Review Reports Versions Notes

Abstract

:

The Gaussian-radial-basis function neural network (GRBFNN) has been a popular choice for interpolation and classification. However, it is computationally intensive when the dimension of the input vector is high. To address this issue, we propose a new feedforward network-separable Gaussian neural network (SGNN) by taking advantage of the separable property of Gaussian-radial-basis functions, which splits input data into multiple columns and sequentially feeds them into parallel layers formed by uni-variate Gaussian functions. This structure reduces the number of neurons from

O (N^{d})

of GRBFNN to

O (d N)

, which exponentially improves the computational speed of SGNN and makes it scale linearly as the input dimension increases. In addition, SGNN can preserve the dominant subspace of the Hessian matrix of GRBFNN in gradient descent training, leading to a similar level of accuracy to GRBFNN. It is experimentally demonstrated that SGNN can achieve an acceleration of 100 times with a similar level of accuracy over GRBFNN on tri-variate function approximations. The SGNN also has better trainability and is more tuning-friendly than DNNs with RuLU and Sigmoid functions. For approximating functions with a complex geometry, SGNN can lead to results that are three orders of magnitude more accurate than those of a RuLU-DNN with twice the number of layers and the number of neurons per layer.

Keywords:

function approximations; Separable Gaussian Neural Networks; Gaussian-radial-basis functions; separable functions; subspace gradient descent

1. Introduction

Radial-basis functions have many important applications in the fields such as function interpolation [1], meshless methods [2], clustering classification [3], surrogate models [4], Autoencoder [5], dynamic system design [6], network event detection [7], and modeling in energy production processes [8], to name a few. The Gaussian-radial-basis function neural network (GRBFNN) is a neural network with one hidden layer and produces output in the form

\tilde{f} (x) = \sum_{k = 1}^{N} W_{k} G_{k} (x),

(1)

where

G_{k} (x)

is a radially symmetric unit represented by the Gaussian function such as

G (x) = exp (- \sum_{i = 1}^{d} \frac{{(x_{i} - μ_{i})}^{2}}{2 σ_{i}^{2}}) .

(2)

Herein,

μ_{k}

and

σ_{k}

are the center and width of the unit, respectively. The response of

G (x)

will be concentrated in the region whose a distance within 3-

σ_{i}

from the center

μ_{i}

in the i-th dimension. Therefore, one can select a group of sparsely distributed neurons with optimal centers and widths to capture the spatial characterization of a target function. This localized property of radial-basis functions has been extensively used in applications such as clustering and classification.

Although it has been shown that GRBFNNs outperform multilayer perceptrons (MLPs) in generalization [9], tolerance to input noise [10], and learning efficiency with a small set of data [10], the network is not scalable for problems with high-dimensional input. This is because extensively more neurons are in need of accurate predictions, and the corresponding computations exponentially increase with the increase in dimensions. This paper aims to tackle this issue and make the network available for high-dimensional problems.

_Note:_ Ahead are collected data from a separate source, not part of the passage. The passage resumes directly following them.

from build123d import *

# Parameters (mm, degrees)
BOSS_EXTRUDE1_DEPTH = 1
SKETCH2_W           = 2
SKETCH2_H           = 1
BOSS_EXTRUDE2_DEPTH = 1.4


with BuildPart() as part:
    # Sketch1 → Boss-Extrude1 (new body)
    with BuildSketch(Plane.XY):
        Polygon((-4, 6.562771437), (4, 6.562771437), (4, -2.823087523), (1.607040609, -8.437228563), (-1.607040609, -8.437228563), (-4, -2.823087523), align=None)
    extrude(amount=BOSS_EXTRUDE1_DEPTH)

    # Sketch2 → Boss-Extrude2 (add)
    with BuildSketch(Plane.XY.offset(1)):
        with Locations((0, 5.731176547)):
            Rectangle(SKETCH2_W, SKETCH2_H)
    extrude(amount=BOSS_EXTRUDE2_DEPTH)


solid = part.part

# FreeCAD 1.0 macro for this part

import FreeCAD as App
import Part
import Sketcher

V = App.Vector
Q = App.Units.Quantity


def add_polygon(sketch, points):
    """Adds a closed chain of lines whose ends are joined by coincident constraints."""
    first, n = sketch.GeometryCount, len(points)
    for a, b in zip(points, points[1:] + points[:1]):
        sketch.addGeometry(Part.LineSegment(App.Vector(*a, 0), App.Vector(*b, 0)), False)
    for i in range(n):
        sketch.addConstraint(Sketcher.Constraint("Coincident", first + i, 2, first + (i + 1) % n, 1))

doc = App.newDocument("Part")
params = doc.addObject("Spreadsheet::Sheet", "Params")
for row, (alias, value) in enumerate([
    ("sketch1_width", "8 mm"),
    ("pad1_length", "1 mm"),
    ("sketch2_width", "2 mm"),
    ("sketch2_height", "1 mm"),
    ("pad2_length", "1.4 mm"),
], start=1):
    params.set(f"A{row}", alias)
    params.set(f"B{row}", "=" + value)
    params.setAlias(f"B{row}", alias)

body = doc.addObject("PartDesign::Body", "Body")

# Sketch on XY plane
sketch1 = body.newObject("Sketcher::SketchObject", "Sketch")
sketch1.AttachmentSupport = (doc.getObject("XY_Plane"), [""])
sketch1.MapMode = "FlatFace"
add_polygon(sketch1, [(4, 6.6), (-4, 6.6), (-4, -2.8), (-1.6, -8.4), (1.6, -8.4), (4, -2.8)])  # lines 0-5
sketch1.addConstraint(Sketcher.Constraint("Horizontal", 0))
sketch1.addConstraint(Sketcher.Constraint("Vertical", 1))
sketch1.addConstraint(Sketcher.Constraint("Horizontal", 3))
sketch1.addConstraint(Sketcher.Constraint("Vertical", 5))
sketch1.addConstraint(Sketcher.Constraint("Symmetric", 1, 2, 4, 2, -2))
sketch1.addConstraint(Sketcher.Constraint("Equal", 2, 4))
sketch1.addConstraint(Sketcher.Constraint("DistanceX", 0, 2, 0, 1, Q("8 mm")))
sketch1.addConstraint(Sketcher.Constraint("DistanceY", 2, 2, 0, 2, Q("15 mm")))
sketch1.addConstraint(Sketcher.Constraint("DistanceX", 3, 1, 3, 2, Q("3.214081 mm")))
sketch1.addConstraint(Sketcher.Constraint("DistanceY", 1, 2, 1, 1, Q("9.385859 mm")))
sketch1.addConstraint(Sketcher.Constraint("DistanceY", -1, 1, 0, 2, Q("6.562771 mm")))
sketch1.setExpression("Constraints[12]", "Params.sketch1_width")
pad1 = body.newObject("PartDesign::Pad", "Pad")
pad1.Profile = sketch1
pad1.setExpression("Length", "Params.pad1_length")

# Sketch on XY plane
sketch2 = body.newObject("Sketcher::SketchObject", "Sketch001")
sketch2.AttachmentSupport = (doc.getObject("XY_Plane"), [""])
sketch2.MapMode = "FlatFace"
sketch2.AttachmentOffset = App.Placement(V(0, 0, 1), App.Rotation())
add_polygon(sketch2, [(-1, 6.2), (-1, 5.2), (1, 5.2), (1, 6.2)])  # lines 0-3
sketch2.addConstraint(Sketcher.Constraint("Vertical", 0))
sketch2.addConstraint(Sketcher.Constraint("Horizontal", 1))
sketch2.addConstraint(Sketcher.Constraint("Vertical", 2))
sketch2.addConstraint(Sketcher.Constraint("Horizontal", 3))
sketch2.addConstraint(Sketcher.Constraint("DistanceX", 1, 1, 1, 2, Q("2 mm")))
sketch2.addConstraint(Sketcher.Constraint("DistanceY", 0, 2, 0, 1, Q("1 mm")))
sketch2.addConstraint(Sketcher.Constraint("DistanceX", 0, 2, -1, 1, Q("1 mm")))
sketch2.addConstraint(Sketcher.Constraint("DistanceY", -1, 1, 0, 2, Q("5.231177 mm")))
sketch2.setExpression("Constraints[8]", "Params.sketch2_width")
sketch2.setExpression("Constraints[9]", "Params.sketch2_height")
pad2 = body.newObject("PartDesign::Pad", "Pad001")
pad2.Profile = sketch2
pad2.setExpression("Length", "Params.pad2_length")

doc.recompute()
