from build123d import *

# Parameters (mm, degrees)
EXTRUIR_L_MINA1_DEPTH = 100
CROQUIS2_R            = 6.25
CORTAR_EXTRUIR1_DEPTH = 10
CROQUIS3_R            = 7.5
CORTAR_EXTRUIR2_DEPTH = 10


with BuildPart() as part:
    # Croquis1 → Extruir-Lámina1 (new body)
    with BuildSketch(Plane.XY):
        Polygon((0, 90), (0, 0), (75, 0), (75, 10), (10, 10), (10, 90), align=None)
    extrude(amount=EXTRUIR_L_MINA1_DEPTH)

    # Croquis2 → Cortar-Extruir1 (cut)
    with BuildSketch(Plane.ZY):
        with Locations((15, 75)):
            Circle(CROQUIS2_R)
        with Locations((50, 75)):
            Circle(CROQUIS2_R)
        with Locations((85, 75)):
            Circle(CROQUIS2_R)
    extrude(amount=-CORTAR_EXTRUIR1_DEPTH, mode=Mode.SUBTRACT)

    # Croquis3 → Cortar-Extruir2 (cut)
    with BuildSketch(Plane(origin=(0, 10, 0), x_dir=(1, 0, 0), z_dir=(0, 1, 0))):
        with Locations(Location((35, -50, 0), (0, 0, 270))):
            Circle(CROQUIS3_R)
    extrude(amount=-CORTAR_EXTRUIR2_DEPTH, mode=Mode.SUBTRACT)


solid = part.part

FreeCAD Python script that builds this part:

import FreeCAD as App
import Part
import Sketcher

V = App.Vector


def add_polygon(sketch, points):
    """Adds a closed chain of lines whose ends are joined by coincident constraints."""
    first, n = sketch.GeometryCount, len(points)
    for a, b in zip(points, points[1:] + points[:1]):
        sketch.addGeometry(Part.LineSegment(App.Vector(*a, 0), App.Vector(*b, 0)), False)
    for i in range(n):
        sketch.addConstraint(Sketcher.Constraint("Coincident", first + i, 2, first + (i + 1) % n, 1))

doc = App.newDocument("Part")
params = doc.addObject("Spreadsheet::Sheet", "Params")
for row, (alias, value) in enumerate([
    ("sketch1_width", "75 mm"),
    ("sketch1_width2", "65 mm"),
    ("sketch1_height", "90 mm"),
    ("pad1_length", "100 mm"),
    ("sketch2_diameter", "12.5 mm"),
    ("pocket1_length", "10 mm"),
    ("sketch3_diameter", "15 mm"),
    ("pocket2_length", "10 mm"),
], start=1):
    params.set(f"A{row}", alias)
    params.set(f"B{row}", "=" + value)
    params.setAlias(f"B{row}", alias)

body = doc.addObject("PartDesign::Body", "Body")

sketch1 = doc.addObject("Sketcher::SketchObject", "Sketch")
body.addObject(sketch1)
sketch1.AttachmentSupport = (doc.XY_Plane, [""])
sketch1.MapMode = "FlatFace"
add_polygon(sketch1, [(0, 90), (0, 0), (75, 0), (75, 10), (10, 10), (10, 90)])
sketch1.addConstraint(Sketcher.Constraint("Vertical", 0))
sketch1.addConstraint(Sketcher.Constraint("Horizontal", 1))
sketch1.addConstraint(Sketcher.Constraint("Vertical", 2))
sketch1.addConstraint(Sketcher.Constraint("Horizontal", 3))
sketch1.addConstraint(Sketcher.Constraint("Vertical", 4))
sketch1.addConstraint(Sketcher.Constraint("Horizontal", 5))
sketch1.addConstraint(Sketcher.Constraint("Coincident", 0, 2, -1, 1))
sketch1.addConstraint(Sketcher.Constraint("Equal", 5, 2))
sketch1.addConstraint(Sketcher.Constraint("DistanceX", 1, 1, 1, 2, 75.0))
sketch1.addConstraint(Sketcher.Constraint("DistanceX", 3, 2, 3, 1, 65.0))
sketch1.addConstraint(Sketcher.Constraint("DistanceY", 0, 2, 0, 1, 90.0))
sketch1.setExpression("Constraints[14]", "Params.sketch1_width")
sketch1.setExpression("Constraints[15]", "Params.sketch1_width2")
sketch1.setExpression("Constraints[16]", "Params.sketch1_height")
pad1 = doc.addObject("PartDesign::Pad", "Pad")
body.addObject(pad1)
pad1.Profile = sketch1
pad1.setExpression("Length", "Params.pad1_length")

sketch2 = doc.addObject("Sketcher::SketchObject", "Sketch001")
body.addObject(sketch2)
sketch2.AttachmentSupport = (doc.YZ_Plane, [""])
sketch2.MapMode = "FlatFace"
sketch2.addGeometry(Part.Circle(V(75, 15, 0), V(0, 0, 1), 6.25), False)
sketch2.addGeometry(Part.Circle(V(75, 50, 0), V(0, 0, 1), 6.25), False)
sketch2.addGeometry(Part.Circle(V(75, 85, 0), V(0, 0, 1), 6.25), False)
sketch2.addConstraint(Sketcher.Constraint("Equal", 0, 1))
sketch2.addConstraint(Sketcher.Constraint("Equal", 1, 2))
sketch2.addConstraint(Sketcher.Constraint("Vertical", 0, 3, 1, 3))
sketch2.addConstraint(Sketcher.Constraint("Vertical", 1, 3, 2, 3))
sketch2.addConstraint(Sketcher.Constraint("Diameter", 0, 12.5))
sketch2.addConstraint(Sketcher.Constraint("DistanceX", -1, 1, 0, 3, 75.0))
sketch2.addConstraint(Sketcher.Constraint("DistanceY", -1, 1, 0, 3, 15.0))
sketch2.addConstraint(Sketcher.Constraint("DistanceY", -1, 1, 1, 3, 50.0))
sketch2.addConstraint(Sketcher.Constraint("DistanceY", -1, 1, 2, 3, 85.0))
sketch2.setExpression("Constraints[4]", "Params.sketch2_diameter")
pocket1 = doc.addObject("PartDesign::Pocket", "Pocket")
body.addObject(pocket1)
pocket1.Profile = sketch2
pocket1.setExpression("Length", "Params.pocket1_length")
pocket1.Reversed = True

sketch3 = doc.addObject("Sketcher::SketchObject", "Sketch002")
body.addObject(sketch3)
sketch3.AttachmentSupport = (doc.XZ_Plane, [""])
sketch3.MapMode = "FlatFace"
sketch3.AttachmentOffset = App.Placement(V(0, 0, -10), App.Rotation())
sketch3.addGeometry(Part.Circle(V(35, 50, 0), V(0, 0, 1), 7.5), False)
sketch3.addConstraint(Sketcher.Constraint("Diameter", 0, 15.0))
sketch3.addConstraint(Sketcher.Constraint("DistanceX", -1, 1, 0, 3, 35.0))
sketch3.addConstraint(Sketcher.Constraint("DistanceY", -1, 1, 0, 3, 50.0))
sketch3.setExpression("Constraints[0]", "Params.sketch3_diameter")
pocket2 = doc.addObject("PartDesign::Pocket", "Pocket001")
body.addObject(pocket2)
pocket2.Profile = sketch3
pocket2.setExpression("Length", "Params.pocket2_length")
pocket2.Reversed = True

doc.recompute()
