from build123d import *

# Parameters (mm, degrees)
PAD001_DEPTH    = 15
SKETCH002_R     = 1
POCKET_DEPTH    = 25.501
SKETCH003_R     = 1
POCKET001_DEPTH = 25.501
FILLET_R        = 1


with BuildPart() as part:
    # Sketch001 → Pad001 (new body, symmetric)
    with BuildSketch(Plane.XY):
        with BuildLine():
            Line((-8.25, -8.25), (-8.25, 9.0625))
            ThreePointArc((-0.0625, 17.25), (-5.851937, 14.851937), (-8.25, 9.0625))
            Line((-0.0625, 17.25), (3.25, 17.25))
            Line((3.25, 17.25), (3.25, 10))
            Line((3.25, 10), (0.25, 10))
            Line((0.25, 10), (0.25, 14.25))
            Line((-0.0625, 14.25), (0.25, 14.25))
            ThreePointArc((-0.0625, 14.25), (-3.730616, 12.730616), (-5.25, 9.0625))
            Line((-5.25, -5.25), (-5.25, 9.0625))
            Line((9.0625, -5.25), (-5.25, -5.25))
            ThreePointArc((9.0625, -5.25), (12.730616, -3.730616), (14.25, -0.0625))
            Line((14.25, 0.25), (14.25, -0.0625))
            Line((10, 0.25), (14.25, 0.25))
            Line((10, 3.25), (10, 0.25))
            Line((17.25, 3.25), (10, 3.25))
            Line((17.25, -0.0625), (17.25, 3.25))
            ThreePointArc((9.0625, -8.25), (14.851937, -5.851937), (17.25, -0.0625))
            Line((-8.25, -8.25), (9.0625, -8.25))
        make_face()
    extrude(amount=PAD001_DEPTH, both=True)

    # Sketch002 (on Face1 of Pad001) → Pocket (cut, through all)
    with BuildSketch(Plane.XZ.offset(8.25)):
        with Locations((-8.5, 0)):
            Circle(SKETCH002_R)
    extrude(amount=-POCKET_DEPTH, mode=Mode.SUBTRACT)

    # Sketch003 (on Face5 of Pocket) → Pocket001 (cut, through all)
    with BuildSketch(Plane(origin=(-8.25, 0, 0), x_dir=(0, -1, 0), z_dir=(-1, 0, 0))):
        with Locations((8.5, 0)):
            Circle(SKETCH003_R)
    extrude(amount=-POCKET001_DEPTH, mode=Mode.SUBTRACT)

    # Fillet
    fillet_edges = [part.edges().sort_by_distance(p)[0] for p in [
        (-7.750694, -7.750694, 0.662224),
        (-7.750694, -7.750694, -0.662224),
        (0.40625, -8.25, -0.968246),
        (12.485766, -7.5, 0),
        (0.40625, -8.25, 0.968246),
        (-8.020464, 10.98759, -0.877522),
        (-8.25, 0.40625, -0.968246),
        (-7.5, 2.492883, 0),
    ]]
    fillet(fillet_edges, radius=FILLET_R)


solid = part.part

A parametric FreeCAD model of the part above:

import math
import FreeCAD as App
import Part
import Sketcher

V = App.Vector


def edges_at(feature, points):
    """Names of the edges that pass closest to the given points."""
    edges = feature.Shape.Edges
    near = lambda p: min(range(len(edges)), key=lambda i: edges[i].distToShape(Part.Vertex(*p))[0])
    return sorted({f"Edge{near(p) + 1}" for p in points})

doc = App.newDocument("Part")
params = doc.addObject("Spreadsheet::Sheet", "Params")
for row, (alias, value) in enumerate([
    ("sketch1_width", "3 mm"),
    ("sketch1_width2", "7.25 mm"),
    ("pad1_length", "30 mm"),
    ("sketch2_diameter", "2 mm"),
    ("sketch3_diameter", "2 mm"),
    ("fillet_radius", "1 mm"),
], start=1):
    params.set(f"A{row}", alias)
    params.set(f"B{row}", "=" + value)
    params.setAlias(f"B{row}", alias)

body = doc.addObject("PartDesign::Body", "Body")

sketch1 = body.newObject("Sketcher::SketchObject", "Sketch")
sketch1.AttachmentSupport = (doc.getObject("XY_Plane"), [""])
sketch1.MapMode = "FlatFace"
sketch1.addGeometry(Part.LineSegment(V(-8.25, 9.06, 0), V(-8.25, -8.25, 0)), False)
sketch1.addGeometry(Part.LineSegment(V(-8.25, -8.25, 0), V(9.06, -8.25, 0)), False)
sketch1.addGeometry(Part.ArcOfCircle(Part.Circle(V(9.06, -0.06, 0), V(0, 0, 1), 8.19), math.radians(-90), math.radians(0)), False)
sketch1.addGeometry(Part.LineSegment(V(17.25, -0.06, 0), V(17.25, 3.25, 0)), False)
sketch1.addGeometry(Part.LineSegment(V(17.25, 3.25, 0), V(10, 3.25, 0)), False)
sketch1.addGeometry(Part.LineSegment(V(10, 3.25, 0), V(10, 0.25, 0)), False)
sketch1.addGeometry(Part.LineSegment(V(10, 0.25, 0), V(14.25, 0.25, 0)), False)
sketch1.addGeometry(Part.LineSegment(V(14.25, 0.25, 0), V(14.25, -0.06, 0)), False)
sketch1.addGeometry(Part.ArcOfCircle(Part.Circle(V(9.06, -0.06, 0), V(0, 0, 1), 5.19), math.radians(-90), math.radians(0)), False)
sketch1.addGeometry(Part.LineSegment(V(9.06, -5.25, 0), V(-5.25, -5.25, 0)), False)
sketch1.addGeometry(Part.LineSegment(V(-5.25, -5.25, 0), V(-5.25, 9.06, 0)), False)
sketch1.addGeometry(Part.ArcOfCircle(Part.Circle(V(-0.06, 9.06, 0), V(0, 0, 1), 5.19), math.radians(90), math.radians(180)), False)
sketch1.addGeometry(Part.LineSegment(V(-0.06, 14.25, 0), V(0.25, 14.25, 0)), False)
sketch1.addGeometry(Part.LineSegment(V(0.25, 14.25, 0), V(0.25, 10, 0)), False)
sketch1.addGeometry(Part.LineSegment(V(0.25, 10, 0), V(3.25, 10, 0)), False)
sketch1.addGeometry(Part.LineSegment(V(3.25, 10, 0), V(3.25, 17.25, 0)), False)
sketch1.addGeometry(Part.LineSegment(V(3.25, 17.25, 0), V(-0.06, 17.25, 0)), False)
sketch1.addGeometry(Part.ArcOfCircle(Part.Circle(V(-0.06, 9.06, 0), V(0, 0, 1), 8.19), math.radians(90), math.radians(180)), False)
sketch1.addConstraint(Sketcher.Constraint("Coincident", 0, 2, 1, 1))
sketch1.addConstraint(Sketcher.Constraint("Tangent", 1, 2, 2, 1))
sketch1.addConstraint(Sketcher.Constraint("Tangent", 2, 2, 3, 1))
sketch1.addConstraint(Sketcher.Constraint("Coincident", 3, 2, 4, 1))
sketch1.addConstraint(Sketcher.Constraint("Coincident", 4, 2, 5, 1))
sketch1.addConstraint(Sketcher.Constraint("Coincident", 5, 2, 6, 1))
sketch1.addConstraint(Sketcher.Constraint("Coincident", 6, 2, 7, 1))
sketch1.addConstraint(Sketcher.Constraint("Tangent", 7, 2, 8, 2))
sketch1.addConstraint(Sketcher.Constraint("Tangent", 8, 1, 9, 1))
sketch1.addConstraint(Sketcher.Constraint("Coincident", 9, 2, 10, 1))
sketch1.addConstraint(Sketcher.Constraint("Tangent", 10, 2, 11, 2))
sketch1.addConstraint(Sketcher.Constraint("Tangent", 11, 1, 12, 1))
sketch1.addConstraint(Sketcher.Constraint("Coincident", 12, 2, 13, 1))
sketch1.addConstraint(Sketcher.Constraint("Coincident", 13, 2, 14, 1))
sketch1.addConstraint(Sketcher.Constraint("Coincident", 14, 2, 15, 1))
sketch1.addConstraint(Sketcher.Constraint("Coincident", 15, 2, 16, 1))
sketch1.addConstraint(Sketcher.Constraint("Tangent", 16, 2, 17, 1))
sketch1.addConstraint(Sketcher.Constraint("Tangent", 17, 2, 0, 1))
sketch1.addConstraint(Sketcher.Constraint("Vertical", 0))
sketch1.addConstraint(Sketcher.Constraint("Horizontal", 1))
sketch1.addConstraint(Sketcher.Constraint("Vertical", 3))
sketch1.addConstraint(Sketcher.Constraint("Horizontal", 4))
sketch1.addConstraint(Sketcher.Constraint("Vertical", 5))
sketch1.addConstraint(Sketcher.Constraint("Horizontal", 6))
sketch1.addConstraint(Sketcher.Constraint("Vertical", 7))
sketch1.addConstraint(Sketcher.Constraint("Horizontal", 9))
sketch1.addConstraint(Sketcher.Constraint("Vertical", 10))
sketch1.addConstraint(Sketcher.Constraint("Horizontal", 12))
sketch1.addConstraint(Sketcher.Constraint("Vertical", 13))
sketch1.addConstraint(Sketcher.Constraint("Horizontal", 14))
sketch1.addConstraint(Sketcher.Constraint("Vertical", 15))
sketch1.addConstraint(Sketcher.Constraint("Horizontal", 16))
sketch1.addConstraint(Sketcher.Constraint("Coincident", 8, 3, 2, 3))
sketch1.addConstraint(Sketcher.Constraint("Coincident", 17, 3, 11, 3))
sketch1.addConstraint(Sketcher.Constraint("Equal", 8, 11))
sketch1.addConstraint(Sketcher.Constraint("Equal", 2, 17))
sketch1.addConstraint(Sketcher.Constraint("Equal", 1, 0))
sketch1.addConstraint(Sketcher.Constraint("Equal", 16, 3))
sketch1.addConstraint(Sketcher.Constraint("Equal", 14, 5))
sketch1.addConstraint(Sketcher.Constraint("Equal", 6, 13))
sketch1.addConstraint(Sketcher.Constraint("DistanceX", 14, 1, 14, 2, 3.0))
sketch1.addConstraint(Sketcher.Constraint("DistanceX", -1, 1, 4, 2, 10.0))
sketch1.addConstraint(Sketcher.Constraint("DistanceY", -1, 1, 13, 2, 10.0))
sketch1.addConstraint(Sketcher.Constraint("DistanceX", 6, 2, 2, 2, 3.0))
sketch1.addConstraint(Sketcher.Constraint("DistanceY", 4, 2, 11, 1, 11.0))
sketch1.addConstraint(Sketcher.Constraint("DistanceX", 4, 2, 4, 1, 7.25))
sketch1.addConstraint(Sketcher.Constraint("Radius", 2, 8.187499))
sketch1.addConstraint(Sketcher.Constraint("DistanceY", 1, 2, 3, 2, 11.5))
sketch1.setExpression("Constraints[40]", "Params.sketch1_width")
sketch1.setExpression("Constraints[45]", "Params.sketch1_width2")
pad1 = body.newObject("PartDesign::Pad", "Pad")
pad1.Profile = sketch1
pad1.setExpression("Length", "Params.pad1_length")
pad1.Midplane = True

sketch2 = body.newObject("Sketcher::SketchObject", "Sketch001")
sketch2.AttachmentSupport = (doc.getObject("XZ_Plane"), [""])
sketch2.MapMode = "FlatFace"
sketch2.AttachmentOffset = App.Placement(V(0, 0, 8.25), App.Rotation())
sketch2.addGeometry(Part.Circle(V(-8.5, 0, 0), V(0, 0, 1), 1), False)
sketch2.addConstraint(Sketcher.Constraint("PointOnObject", 0, 3, -1))
sketch2.addConstraint(Sketcher.Constraint("Diameter", 0, 2.0))
sketch2.addConstraint(Sketcher.Constraint("DistanceX", 0, 3, -1, 1, 8.5))
sketch2.setExpression("Constraints[1]", "Params.sketch2_diameter")
pocket1 = body.newObject("PartDesign::Pocket", "Pocket")
pocket1.Profile = sketch2
pocket1.Type = "ThroughAll"

sketch3 = body.newObject("Sketcher::SketchObject", "Sketch002")
sketch3.AttachmentSupport = (doc.getObject("YZ_Plane"), [""])
sketch3.MapMode = "FlatFace"
sketch3.AttachmentOffset = App.Placement(V(0, 0, -8.25), App.Rotation())
sketch3.addGeometry(Part.Circle(V(-8.5, 0, 0), V(0, 0, 1), 1), False)
sketch3.addConstraint(Sketcher.Constraint("PointOnObject", 0, 3, -1))
sketch3.addConstraint(Sketcher.Constraint("Diameter", 0, 2.0))
sketch3.addConstraint(Sketcher.Constraint("DistanceX", 0, 3, -1, 1, 8.5))
sketch3.setExpression("Constraints[1]", "Params.sketch3_diameter")
pocket2 = body.newObject("PartDesign::Pocket", "Pocket001")
pocket2.Profile = sketch3
pocket2.Type = "ThroughAll"
pocket2.Reversed = True
doc.recompute()

fillet = body.newObject("PartDesign::Fillet", "Fillet")
fillet.Base = (pocket2, edges_at(pocket2, [
    (-7.5, -7.5, 0),
    (-7.5, -7.5, 0),
    (0.406, -8.25, -0.968),
    (12.486, -7.5, 0),
    (0.406, -8.25, 0.968),
    (-7.5, 12.486, 0),
    (-8.25, 0.406, -0.968),
    (-8.25, 0.406, -0.968),
]))
fillet.setExpression("Radius", "Params.fillet_radius")

doc.recompute()
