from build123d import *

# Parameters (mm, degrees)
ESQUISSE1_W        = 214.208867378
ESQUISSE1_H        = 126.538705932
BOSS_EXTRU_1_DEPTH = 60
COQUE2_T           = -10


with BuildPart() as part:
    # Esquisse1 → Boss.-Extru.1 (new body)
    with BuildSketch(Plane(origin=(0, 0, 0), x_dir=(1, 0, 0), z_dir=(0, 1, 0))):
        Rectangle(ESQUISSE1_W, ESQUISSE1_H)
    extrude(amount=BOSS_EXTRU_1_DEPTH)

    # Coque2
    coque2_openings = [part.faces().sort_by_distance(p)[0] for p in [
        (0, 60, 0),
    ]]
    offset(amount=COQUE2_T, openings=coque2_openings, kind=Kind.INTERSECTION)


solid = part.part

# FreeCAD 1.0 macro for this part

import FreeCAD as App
import Part
import Sketcher

V = App.Vector


def faces_at(feature, points):
    """Names of the faces that lie closest to the given points."""
    faces = feature.Shape.Faces
    near = lambda p: min(range(len(faces)), key=lambda i: faces[i].distToShape(Part.Vertex(*p))[0])
    return sorted({f"Face{near(p) + 1}" for p in points})

doc = App.newDocument("Part")
body = doc.addObject("PartDesign::Body", "Body")

sketch1 = body.newObject("Sketcher::SketchObject", "Sketch")
sketch1.AttachmentSupport = (doc.getObject("XZ_Plane"), [""])
sketch1.MapMode = "FlatFace"
sketch1.addGeometry([
    Part.LineSegment(V(-107, -63, 0), V(-107, 63, 0)),
    Part.LineSegment(V(-107, 63, 0), V(107, 63, 0)),
    Part.LineSegment(V(107, 63, 0), V(107, -63, 0)),
    Part.LineSegment(V(107, -63, 0), V(-107, -63, 0)),
], False)
sketch1.addConstraint([
    Sketcher.Constraint("Coincident", 0, 2, 1, 1),
    Sketcher.Constraint("Coincident", 1, 2, 2, 1),
    Sketcher.Constraint("Coincident", 2, 2, 3, 1),
    Sketcher.Constraint("Coincident", 3, 2, 0, 1),
    Sketcher.Constraint("Vertical", 0),
    Sketcher.Constraint("Horizontal", 1),
    Sketcher.Constraint("Vertical", 2),
    Sketcher.Constraint("Horizontal", 3),
    Sketcher.Constraint("Symmetric", 0, 2, 2, 2, -1, 1),
    Sketcher.Constraint("DistanceX", 1, 1, 1, 2, 214.208867),
    Sketcher.Constraint("DistanceY", 0, 1, 0, 2, 126.538706),
])
pad1 = body.newObject("PartDesign::Pad", "Pad")
pad1.Profile = sketch1
pad1.Length = 60
pad1.Reversed = True
doc.recompute()

thickness = body.newObject("PartDesign::Thickness", "Thickness")
thickness.Base = (pad1, faces_at(pad1, [(0, 60, 0)]))
thickness.Value = 10
thickness.Reversed = True
thickness.Join = "Intersection"

doc.recompute()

GRBFNN was proposed by Moody and Darken [10] and Broomhhead and Lowe [11] in the late 1980s for classification and function approximations. It was soon proven that GRBFNN is a universal approximator [12,13,14] that can be arbitrarily close to a real-value function when a sufficient number of neurons is offered. The proof of universal approximability for GRBFNN can be interpreted as a process beginning with partitioning the domain of a target function into a grid, followed by using localized radial-basis functions to approximate the target function in each grid cell, then aggregating the localized functions to globally approximate the target function. It is evident that this approach is not feasible for high-dimensional problems because it will lead to the exponential growth of neurons as the number of input dimensions increases. For example, approximating a d-variate function will require

O (N^{d})

neurons, with the domain of each dimension divided into N segments.

To address this issue, researchers have heavily focused on selecting the optimal number of neurons as well as their centers and widths of GRBFNN such that the features of the target nonlinear map are well captured by the network. This has been mainly investigated through two strategies: (1) using supervised learning with a dynamical adjustment of neurons (e.g., numbers, centers, and widths) according to the prescribed criteria and (2) performing unsupervised-learning-based preprocessing on input to estimate the optimal placement and configuration of neurons.

For the former, Poggio and Girosi [15] as well as Wettschereck and Dietterich [16] applied gradient descent to train generalized-radial-basis function networks that have trainable centers. Regularization techniques [15] were adopted to maintain the parsimonious structure of GRBFNN. Platt [17] developed a two-layer network that dynamically allocates localized Gaussian neurons to the positions where the output pattern is not well represented. Chen et al. [18] adopted an orthogonal least square (OLS) method and introduced a procedure that iteratively selects the optimal centers that minimize the error reduction ratio until the desired accuracy is achieved. Huang et al. [19] proposed a growing and pruning strategy to dynamically add/remove neurons based on their contributions to learning accuracy.

The latter has been more popular because it decouples the placement of neurons and the computation of weights, reducing the complexity of program as well as computational load. Moody and Darken [10] used the k-means clustering method [3] to determine the centers that minimize the Euclidean distance between the training set and centers, followed by the calculation of a uniform width by averaging the distance to the nearest-neighbor of all units. Carvalho and Brizzotti [20] investigated different clustering methods such as the iterative optimization (IO) technique, depth-first search (DF), and the combination of IO and DF for target recognition by RBFNNs. Niros and Tsekouras [21] proposed a hierarchical fuzzy clustering method to estimate the number of neurons and trainable variables.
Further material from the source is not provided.